Upon aging HSCs show a critical functional decline that is paralleled by changes in global and local DNA and histone methylation as well as histone acetylation. This epigenetic drift might contribute to aberrant DNA transcription or impair DNA replication and repair, and might by this means contribute to the development of cancer. For instance, AML is predominantly a disease of older patients that originates in hematopoietic progenitor/stem cells and affects substantially the epigenome. The epigenome of leukemia stem cells (LSCs) is maintained in the myeloblast and influence aggressiveness and outcome of the disease. Recently it was shown that the histone demethylase JMJD1C functions as a coactivator for RUNX1RUNX1T1 (formerly AML1ETO) and is required for its transcriptional program in AML by maintaining low levels specifically of H3K9me2, further implying a direct connection between changes in epigenetics of HSCs and AML. H3K9me2 though has not been studied so far in HSCs and upon aging and leukemic transformation.
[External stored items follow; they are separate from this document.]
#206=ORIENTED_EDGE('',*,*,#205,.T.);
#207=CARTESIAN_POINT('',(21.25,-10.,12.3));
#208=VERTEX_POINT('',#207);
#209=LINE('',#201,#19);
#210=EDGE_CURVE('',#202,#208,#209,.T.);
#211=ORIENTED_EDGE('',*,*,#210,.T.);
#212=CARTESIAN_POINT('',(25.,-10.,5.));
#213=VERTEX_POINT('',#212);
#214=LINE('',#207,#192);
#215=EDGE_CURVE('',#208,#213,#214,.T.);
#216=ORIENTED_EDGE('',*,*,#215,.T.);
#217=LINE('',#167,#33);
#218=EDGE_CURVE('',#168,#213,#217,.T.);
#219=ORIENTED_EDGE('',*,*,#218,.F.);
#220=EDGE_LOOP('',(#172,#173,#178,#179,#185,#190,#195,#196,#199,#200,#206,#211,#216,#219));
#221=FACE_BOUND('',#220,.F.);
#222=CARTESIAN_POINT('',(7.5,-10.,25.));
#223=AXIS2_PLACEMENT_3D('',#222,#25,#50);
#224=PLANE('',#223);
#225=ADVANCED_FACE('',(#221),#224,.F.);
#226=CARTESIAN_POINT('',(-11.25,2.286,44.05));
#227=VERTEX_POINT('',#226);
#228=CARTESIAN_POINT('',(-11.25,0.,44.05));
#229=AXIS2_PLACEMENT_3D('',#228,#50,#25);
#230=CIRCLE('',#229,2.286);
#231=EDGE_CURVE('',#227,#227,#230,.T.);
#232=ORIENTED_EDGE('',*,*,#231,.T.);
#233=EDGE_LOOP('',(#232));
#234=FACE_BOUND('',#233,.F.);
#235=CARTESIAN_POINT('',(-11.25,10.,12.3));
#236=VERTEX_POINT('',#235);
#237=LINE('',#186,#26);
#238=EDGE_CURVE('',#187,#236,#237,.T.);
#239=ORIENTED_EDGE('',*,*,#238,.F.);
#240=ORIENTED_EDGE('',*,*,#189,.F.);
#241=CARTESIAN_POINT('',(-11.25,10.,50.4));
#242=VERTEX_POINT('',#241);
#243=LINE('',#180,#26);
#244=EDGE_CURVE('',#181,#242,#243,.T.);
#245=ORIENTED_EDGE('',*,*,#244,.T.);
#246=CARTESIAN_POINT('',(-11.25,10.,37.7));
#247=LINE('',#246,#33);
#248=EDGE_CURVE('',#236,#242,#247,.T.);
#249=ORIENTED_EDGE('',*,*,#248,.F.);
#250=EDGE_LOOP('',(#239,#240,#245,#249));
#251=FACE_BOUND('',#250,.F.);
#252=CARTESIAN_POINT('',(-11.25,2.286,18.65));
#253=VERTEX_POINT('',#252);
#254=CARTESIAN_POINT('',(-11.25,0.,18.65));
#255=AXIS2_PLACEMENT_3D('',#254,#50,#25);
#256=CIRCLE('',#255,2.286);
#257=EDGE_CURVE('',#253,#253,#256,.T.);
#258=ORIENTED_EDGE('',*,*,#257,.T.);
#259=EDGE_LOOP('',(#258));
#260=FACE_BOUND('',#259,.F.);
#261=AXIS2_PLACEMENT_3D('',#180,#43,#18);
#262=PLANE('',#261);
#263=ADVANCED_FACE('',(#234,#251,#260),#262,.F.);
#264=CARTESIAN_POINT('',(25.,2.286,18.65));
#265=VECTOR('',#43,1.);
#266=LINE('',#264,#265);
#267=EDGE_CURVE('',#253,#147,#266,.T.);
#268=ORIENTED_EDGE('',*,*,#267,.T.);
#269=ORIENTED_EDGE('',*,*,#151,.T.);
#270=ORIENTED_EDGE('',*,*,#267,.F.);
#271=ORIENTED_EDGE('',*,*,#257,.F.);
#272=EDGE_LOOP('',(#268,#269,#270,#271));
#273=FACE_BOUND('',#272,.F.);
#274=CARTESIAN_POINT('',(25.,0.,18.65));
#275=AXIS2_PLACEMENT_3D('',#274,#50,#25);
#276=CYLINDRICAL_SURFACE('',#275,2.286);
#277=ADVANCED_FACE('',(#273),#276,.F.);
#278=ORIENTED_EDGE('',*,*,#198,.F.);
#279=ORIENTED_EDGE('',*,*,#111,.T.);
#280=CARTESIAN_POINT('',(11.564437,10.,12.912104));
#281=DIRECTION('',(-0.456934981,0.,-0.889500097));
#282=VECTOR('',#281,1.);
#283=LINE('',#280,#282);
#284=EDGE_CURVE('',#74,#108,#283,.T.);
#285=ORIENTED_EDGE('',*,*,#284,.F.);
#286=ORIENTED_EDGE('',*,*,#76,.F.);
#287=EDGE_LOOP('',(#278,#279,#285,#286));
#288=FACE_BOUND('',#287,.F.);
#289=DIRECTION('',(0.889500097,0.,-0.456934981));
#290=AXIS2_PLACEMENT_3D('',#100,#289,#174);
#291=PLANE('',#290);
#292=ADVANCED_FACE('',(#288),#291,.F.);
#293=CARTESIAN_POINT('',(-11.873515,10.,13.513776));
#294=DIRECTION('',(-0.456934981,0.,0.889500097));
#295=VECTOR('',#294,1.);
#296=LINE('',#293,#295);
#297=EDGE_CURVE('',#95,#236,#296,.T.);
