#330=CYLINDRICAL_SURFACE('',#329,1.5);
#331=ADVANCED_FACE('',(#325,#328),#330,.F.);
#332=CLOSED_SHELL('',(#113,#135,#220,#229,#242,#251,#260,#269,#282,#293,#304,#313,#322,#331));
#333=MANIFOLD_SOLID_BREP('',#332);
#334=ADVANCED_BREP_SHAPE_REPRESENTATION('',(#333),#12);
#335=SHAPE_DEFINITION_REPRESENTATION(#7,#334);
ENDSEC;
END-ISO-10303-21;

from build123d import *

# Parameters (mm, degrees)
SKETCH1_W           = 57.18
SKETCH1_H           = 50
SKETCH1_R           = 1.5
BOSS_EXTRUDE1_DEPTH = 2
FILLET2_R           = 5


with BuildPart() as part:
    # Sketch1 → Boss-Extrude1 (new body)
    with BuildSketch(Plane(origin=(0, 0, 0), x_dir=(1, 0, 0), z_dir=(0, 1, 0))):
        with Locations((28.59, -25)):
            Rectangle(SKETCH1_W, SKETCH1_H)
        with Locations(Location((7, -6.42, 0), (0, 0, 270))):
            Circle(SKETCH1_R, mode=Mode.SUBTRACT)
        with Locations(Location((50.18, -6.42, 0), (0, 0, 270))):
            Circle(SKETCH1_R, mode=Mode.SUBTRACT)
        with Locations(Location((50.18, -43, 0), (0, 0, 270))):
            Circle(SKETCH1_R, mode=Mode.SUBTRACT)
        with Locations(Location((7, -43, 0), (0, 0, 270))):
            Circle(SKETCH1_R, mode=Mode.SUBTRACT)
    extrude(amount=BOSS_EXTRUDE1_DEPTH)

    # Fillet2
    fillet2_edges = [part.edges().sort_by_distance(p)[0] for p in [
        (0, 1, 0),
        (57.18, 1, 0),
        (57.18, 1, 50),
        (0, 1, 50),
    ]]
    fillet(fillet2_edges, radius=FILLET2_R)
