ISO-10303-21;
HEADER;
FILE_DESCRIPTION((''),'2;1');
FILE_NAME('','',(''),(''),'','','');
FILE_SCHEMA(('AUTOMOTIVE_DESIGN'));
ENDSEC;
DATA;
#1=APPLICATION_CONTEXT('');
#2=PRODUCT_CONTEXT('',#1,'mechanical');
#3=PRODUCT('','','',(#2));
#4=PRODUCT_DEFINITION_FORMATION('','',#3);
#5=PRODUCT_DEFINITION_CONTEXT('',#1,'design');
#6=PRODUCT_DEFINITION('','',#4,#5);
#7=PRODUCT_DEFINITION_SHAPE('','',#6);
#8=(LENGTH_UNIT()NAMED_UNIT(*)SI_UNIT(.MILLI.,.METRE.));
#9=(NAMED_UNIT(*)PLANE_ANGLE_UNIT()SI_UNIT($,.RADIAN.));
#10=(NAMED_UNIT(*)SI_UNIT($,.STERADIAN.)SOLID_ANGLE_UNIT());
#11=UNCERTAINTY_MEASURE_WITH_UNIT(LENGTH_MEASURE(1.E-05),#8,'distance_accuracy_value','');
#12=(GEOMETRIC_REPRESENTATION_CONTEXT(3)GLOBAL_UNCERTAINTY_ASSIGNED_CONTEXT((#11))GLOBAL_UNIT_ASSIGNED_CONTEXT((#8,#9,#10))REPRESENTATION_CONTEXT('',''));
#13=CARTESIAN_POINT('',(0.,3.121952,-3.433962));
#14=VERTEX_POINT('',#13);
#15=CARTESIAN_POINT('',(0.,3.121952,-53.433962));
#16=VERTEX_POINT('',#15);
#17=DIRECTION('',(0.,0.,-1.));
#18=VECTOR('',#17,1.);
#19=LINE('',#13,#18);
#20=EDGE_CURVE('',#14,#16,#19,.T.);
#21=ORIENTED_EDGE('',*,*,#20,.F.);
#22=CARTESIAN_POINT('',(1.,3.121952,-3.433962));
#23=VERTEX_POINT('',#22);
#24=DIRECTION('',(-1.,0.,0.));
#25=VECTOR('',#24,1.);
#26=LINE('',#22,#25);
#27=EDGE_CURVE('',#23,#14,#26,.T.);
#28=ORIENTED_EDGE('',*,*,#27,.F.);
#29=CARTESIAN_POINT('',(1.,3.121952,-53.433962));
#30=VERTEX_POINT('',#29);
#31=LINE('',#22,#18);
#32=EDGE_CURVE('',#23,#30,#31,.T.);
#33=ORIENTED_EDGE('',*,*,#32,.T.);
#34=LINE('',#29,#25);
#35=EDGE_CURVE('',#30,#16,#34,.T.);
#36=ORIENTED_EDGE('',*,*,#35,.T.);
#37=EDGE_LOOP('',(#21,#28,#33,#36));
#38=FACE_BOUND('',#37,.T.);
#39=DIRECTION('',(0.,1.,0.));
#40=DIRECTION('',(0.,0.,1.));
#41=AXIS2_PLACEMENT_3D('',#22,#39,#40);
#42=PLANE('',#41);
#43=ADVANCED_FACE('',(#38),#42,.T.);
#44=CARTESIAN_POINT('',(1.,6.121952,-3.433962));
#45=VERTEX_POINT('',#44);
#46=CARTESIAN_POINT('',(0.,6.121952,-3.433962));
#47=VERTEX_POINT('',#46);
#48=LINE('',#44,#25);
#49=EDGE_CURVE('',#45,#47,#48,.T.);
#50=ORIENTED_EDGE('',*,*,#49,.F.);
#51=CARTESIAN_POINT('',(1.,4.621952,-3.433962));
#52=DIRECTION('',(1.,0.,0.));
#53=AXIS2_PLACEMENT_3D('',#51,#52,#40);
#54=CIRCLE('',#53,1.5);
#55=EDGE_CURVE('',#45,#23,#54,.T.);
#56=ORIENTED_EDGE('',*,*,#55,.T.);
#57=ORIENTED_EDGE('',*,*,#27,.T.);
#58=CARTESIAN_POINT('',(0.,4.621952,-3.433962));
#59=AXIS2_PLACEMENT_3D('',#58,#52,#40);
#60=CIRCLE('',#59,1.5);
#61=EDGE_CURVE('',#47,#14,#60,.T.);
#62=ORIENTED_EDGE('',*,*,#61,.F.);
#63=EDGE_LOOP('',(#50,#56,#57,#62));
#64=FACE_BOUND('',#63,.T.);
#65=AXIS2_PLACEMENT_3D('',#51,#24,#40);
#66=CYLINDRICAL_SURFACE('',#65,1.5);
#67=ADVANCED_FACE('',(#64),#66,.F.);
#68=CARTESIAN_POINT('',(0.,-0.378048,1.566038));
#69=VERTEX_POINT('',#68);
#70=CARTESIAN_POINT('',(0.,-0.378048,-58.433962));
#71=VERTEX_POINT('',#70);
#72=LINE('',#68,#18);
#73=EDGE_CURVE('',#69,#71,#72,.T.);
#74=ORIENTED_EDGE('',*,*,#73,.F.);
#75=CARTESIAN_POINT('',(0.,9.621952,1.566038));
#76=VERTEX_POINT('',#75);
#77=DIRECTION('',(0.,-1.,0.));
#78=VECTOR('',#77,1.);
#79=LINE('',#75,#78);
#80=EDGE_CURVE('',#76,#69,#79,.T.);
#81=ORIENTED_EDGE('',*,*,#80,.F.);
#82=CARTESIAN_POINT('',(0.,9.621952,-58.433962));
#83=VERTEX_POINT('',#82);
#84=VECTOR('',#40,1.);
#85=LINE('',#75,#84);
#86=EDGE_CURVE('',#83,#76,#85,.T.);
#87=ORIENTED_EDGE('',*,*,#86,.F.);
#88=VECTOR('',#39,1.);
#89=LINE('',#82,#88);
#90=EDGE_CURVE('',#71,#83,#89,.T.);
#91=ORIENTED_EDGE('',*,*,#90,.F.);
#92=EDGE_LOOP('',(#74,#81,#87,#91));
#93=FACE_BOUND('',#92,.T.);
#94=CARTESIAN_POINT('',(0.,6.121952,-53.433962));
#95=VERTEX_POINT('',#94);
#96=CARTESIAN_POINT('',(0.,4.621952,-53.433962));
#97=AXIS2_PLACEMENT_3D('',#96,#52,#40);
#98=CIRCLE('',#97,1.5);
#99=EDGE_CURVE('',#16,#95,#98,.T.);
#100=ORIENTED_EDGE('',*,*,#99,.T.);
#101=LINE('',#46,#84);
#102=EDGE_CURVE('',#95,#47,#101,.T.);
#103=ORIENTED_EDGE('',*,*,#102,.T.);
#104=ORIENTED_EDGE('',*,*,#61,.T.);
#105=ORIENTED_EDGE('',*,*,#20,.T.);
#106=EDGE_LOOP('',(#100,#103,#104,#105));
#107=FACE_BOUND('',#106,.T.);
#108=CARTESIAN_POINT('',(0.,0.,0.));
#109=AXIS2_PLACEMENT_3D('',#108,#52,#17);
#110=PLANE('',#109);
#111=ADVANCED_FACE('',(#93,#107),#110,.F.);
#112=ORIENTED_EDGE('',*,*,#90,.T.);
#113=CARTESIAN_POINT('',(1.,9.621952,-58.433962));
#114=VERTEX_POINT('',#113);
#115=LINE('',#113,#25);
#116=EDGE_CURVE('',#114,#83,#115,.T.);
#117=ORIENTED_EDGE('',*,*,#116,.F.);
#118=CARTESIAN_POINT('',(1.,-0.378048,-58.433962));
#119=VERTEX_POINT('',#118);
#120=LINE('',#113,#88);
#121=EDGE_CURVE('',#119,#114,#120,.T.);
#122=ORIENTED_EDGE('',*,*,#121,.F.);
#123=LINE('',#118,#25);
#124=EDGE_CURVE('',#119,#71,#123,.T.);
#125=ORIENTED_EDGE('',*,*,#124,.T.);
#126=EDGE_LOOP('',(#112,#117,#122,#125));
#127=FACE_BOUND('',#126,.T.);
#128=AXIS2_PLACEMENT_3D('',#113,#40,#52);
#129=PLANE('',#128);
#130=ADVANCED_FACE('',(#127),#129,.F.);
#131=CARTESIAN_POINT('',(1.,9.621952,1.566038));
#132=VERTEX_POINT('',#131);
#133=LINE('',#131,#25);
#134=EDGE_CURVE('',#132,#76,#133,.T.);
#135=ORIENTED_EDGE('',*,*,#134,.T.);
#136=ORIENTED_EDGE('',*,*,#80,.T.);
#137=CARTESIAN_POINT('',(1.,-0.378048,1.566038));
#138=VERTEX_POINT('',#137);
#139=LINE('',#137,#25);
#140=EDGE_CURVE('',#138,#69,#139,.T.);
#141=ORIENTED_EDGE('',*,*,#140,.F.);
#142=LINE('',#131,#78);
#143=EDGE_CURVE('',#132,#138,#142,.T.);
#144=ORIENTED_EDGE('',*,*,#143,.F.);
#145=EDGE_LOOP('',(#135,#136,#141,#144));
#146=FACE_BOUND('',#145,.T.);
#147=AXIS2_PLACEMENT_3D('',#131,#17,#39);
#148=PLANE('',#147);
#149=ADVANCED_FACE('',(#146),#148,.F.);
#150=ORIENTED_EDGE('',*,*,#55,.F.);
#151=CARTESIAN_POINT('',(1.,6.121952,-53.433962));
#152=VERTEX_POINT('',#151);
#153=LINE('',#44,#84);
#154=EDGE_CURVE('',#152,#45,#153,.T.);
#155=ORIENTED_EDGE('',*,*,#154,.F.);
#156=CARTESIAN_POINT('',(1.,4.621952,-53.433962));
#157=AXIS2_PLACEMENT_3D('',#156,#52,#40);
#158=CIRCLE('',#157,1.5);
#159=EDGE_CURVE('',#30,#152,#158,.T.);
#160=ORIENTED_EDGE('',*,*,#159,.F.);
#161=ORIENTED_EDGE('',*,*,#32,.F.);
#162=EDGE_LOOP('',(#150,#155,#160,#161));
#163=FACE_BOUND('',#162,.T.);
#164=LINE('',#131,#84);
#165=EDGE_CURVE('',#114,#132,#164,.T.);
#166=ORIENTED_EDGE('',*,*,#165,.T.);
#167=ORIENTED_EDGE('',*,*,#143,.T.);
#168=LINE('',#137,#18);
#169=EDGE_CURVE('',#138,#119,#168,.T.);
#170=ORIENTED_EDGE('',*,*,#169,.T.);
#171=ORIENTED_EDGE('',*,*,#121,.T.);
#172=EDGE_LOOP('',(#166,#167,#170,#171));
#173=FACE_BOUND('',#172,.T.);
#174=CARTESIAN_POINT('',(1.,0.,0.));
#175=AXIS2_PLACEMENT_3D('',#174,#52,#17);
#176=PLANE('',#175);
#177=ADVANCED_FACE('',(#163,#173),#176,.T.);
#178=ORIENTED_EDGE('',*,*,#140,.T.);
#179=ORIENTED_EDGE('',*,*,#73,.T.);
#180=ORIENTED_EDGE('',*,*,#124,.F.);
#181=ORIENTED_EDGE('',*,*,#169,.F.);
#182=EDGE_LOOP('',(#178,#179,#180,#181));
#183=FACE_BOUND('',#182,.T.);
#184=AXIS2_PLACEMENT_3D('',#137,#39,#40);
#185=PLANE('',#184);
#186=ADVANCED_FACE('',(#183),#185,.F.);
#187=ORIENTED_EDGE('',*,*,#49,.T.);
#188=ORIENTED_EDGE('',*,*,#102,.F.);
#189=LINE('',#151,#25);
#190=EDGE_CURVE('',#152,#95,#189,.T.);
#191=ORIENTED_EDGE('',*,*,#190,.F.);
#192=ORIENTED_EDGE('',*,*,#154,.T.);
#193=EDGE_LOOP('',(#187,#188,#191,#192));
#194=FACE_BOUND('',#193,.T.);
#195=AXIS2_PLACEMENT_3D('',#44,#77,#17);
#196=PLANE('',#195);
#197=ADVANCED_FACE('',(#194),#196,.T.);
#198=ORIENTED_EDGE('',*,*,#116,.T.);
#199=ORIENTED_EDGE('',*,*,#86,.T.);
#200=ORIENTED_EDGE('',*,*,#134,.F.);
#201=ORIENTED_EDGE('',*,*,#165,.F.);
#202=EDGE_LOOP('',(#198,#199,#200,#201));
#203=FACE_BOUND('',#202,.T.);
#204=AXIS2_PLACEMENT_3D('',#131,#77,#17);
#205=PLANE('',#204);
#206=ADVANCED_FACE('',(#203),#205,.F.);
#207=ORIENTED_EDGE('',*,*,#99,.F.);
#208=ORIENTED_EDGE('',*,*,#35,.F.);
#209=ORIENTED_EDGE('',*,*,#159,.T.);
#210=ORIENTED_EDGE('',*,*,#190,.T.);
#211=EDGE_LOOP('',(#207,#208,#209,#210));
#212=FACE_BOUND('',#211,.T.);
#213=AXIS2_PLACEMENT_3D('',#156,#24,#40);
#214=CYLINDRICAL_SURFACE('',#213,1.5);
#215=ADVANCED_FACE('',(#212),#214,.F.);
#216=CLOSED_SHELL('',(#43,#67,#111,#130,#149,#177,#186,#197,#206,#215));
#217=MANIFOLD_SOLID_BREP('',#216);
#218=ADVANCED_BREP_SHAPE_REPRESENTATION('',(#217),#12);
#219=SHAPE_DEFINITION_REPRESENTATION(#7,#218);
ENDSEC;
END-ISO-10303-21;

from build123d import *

# Parameters (mm, degrees)
SKETCH_1_W      = 60
SKETCH_1_H      = 10
EXTRUDE_1_DEPTH = 1


with BuildPart() as part:
    # 草图1 → 凸台-拉伸1 (new body)
    with BuildSketch(Plane(origin=(0, 0, 0), x_dir=(0, 0, -1), z_dir=(1, 0, 0))):
        with Locations((28.433962264, 4.621952123)):
            Rectangle(SKETCH_1_W, SKETCH_1_H)
        with BuildLine():
            Line((3.433962264, 6.121952123), (53.433962264, 6.121952123))
            ThreePointArc((53.433962264, 6.121952123), (54.933962264, 4.621952123), (53.433962264, 3.121952123))
            Line((53.433962264, 3.121952123), (3.433962264, 3.121952123))
            ThreePointArc((3.433962264, 3.121952123), (1.933962264, 4.621952123), (3.433962264, 6.121952123))
        make_face(mode=Mode.SUBTRACT)
    extrude(amount=EXTRUDE_1_DEPTH)


solid = part.part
Preliminary data from my laboratory indicate that the distribution of H3K9me2 in the nucleus of quiescent murine HSCs and in daughter cells upon murine HSC division is distinctly altered upon aging. Treatment of aged HSCs with CASIN restored a youthful distribution of H3K9me2 in aged HSCs and in daughter cells upon stem cell division.Based on my preliminary data and on data recently published by others, I hypothesize that alterations in H3K9me2 deposition upon aging of HSCs contribute to the aging-associated transition of HSCs to AML stem cells and targeting H3K9me2 distribution via CASIN treatment and/or H3K9me2 levels via inhibition of the histone demethylase JMJD1C could represent an approach to decrease aggressiveness of LSCs in AML.Therefore the current proposal aims are (1) to determine the extent of the alterations in H3K9me2 distribution/levels upon aging of murine HSCs and investigate whether the aging-associated changes are reverted to a youthful level by CASIN treatment of by inhibition of JMJD1C activity; (2) to investigate whether human HSCs present, similar to murine HSCs, with changes in H3K9me2 distribution upon aging; (3) to determine whether AML stem cells present with altered H3K9me2 distribution and investigate whether targeting the level and/or the distribution of H3K9me2 in murine LSCs alters leukemia initiation and progression.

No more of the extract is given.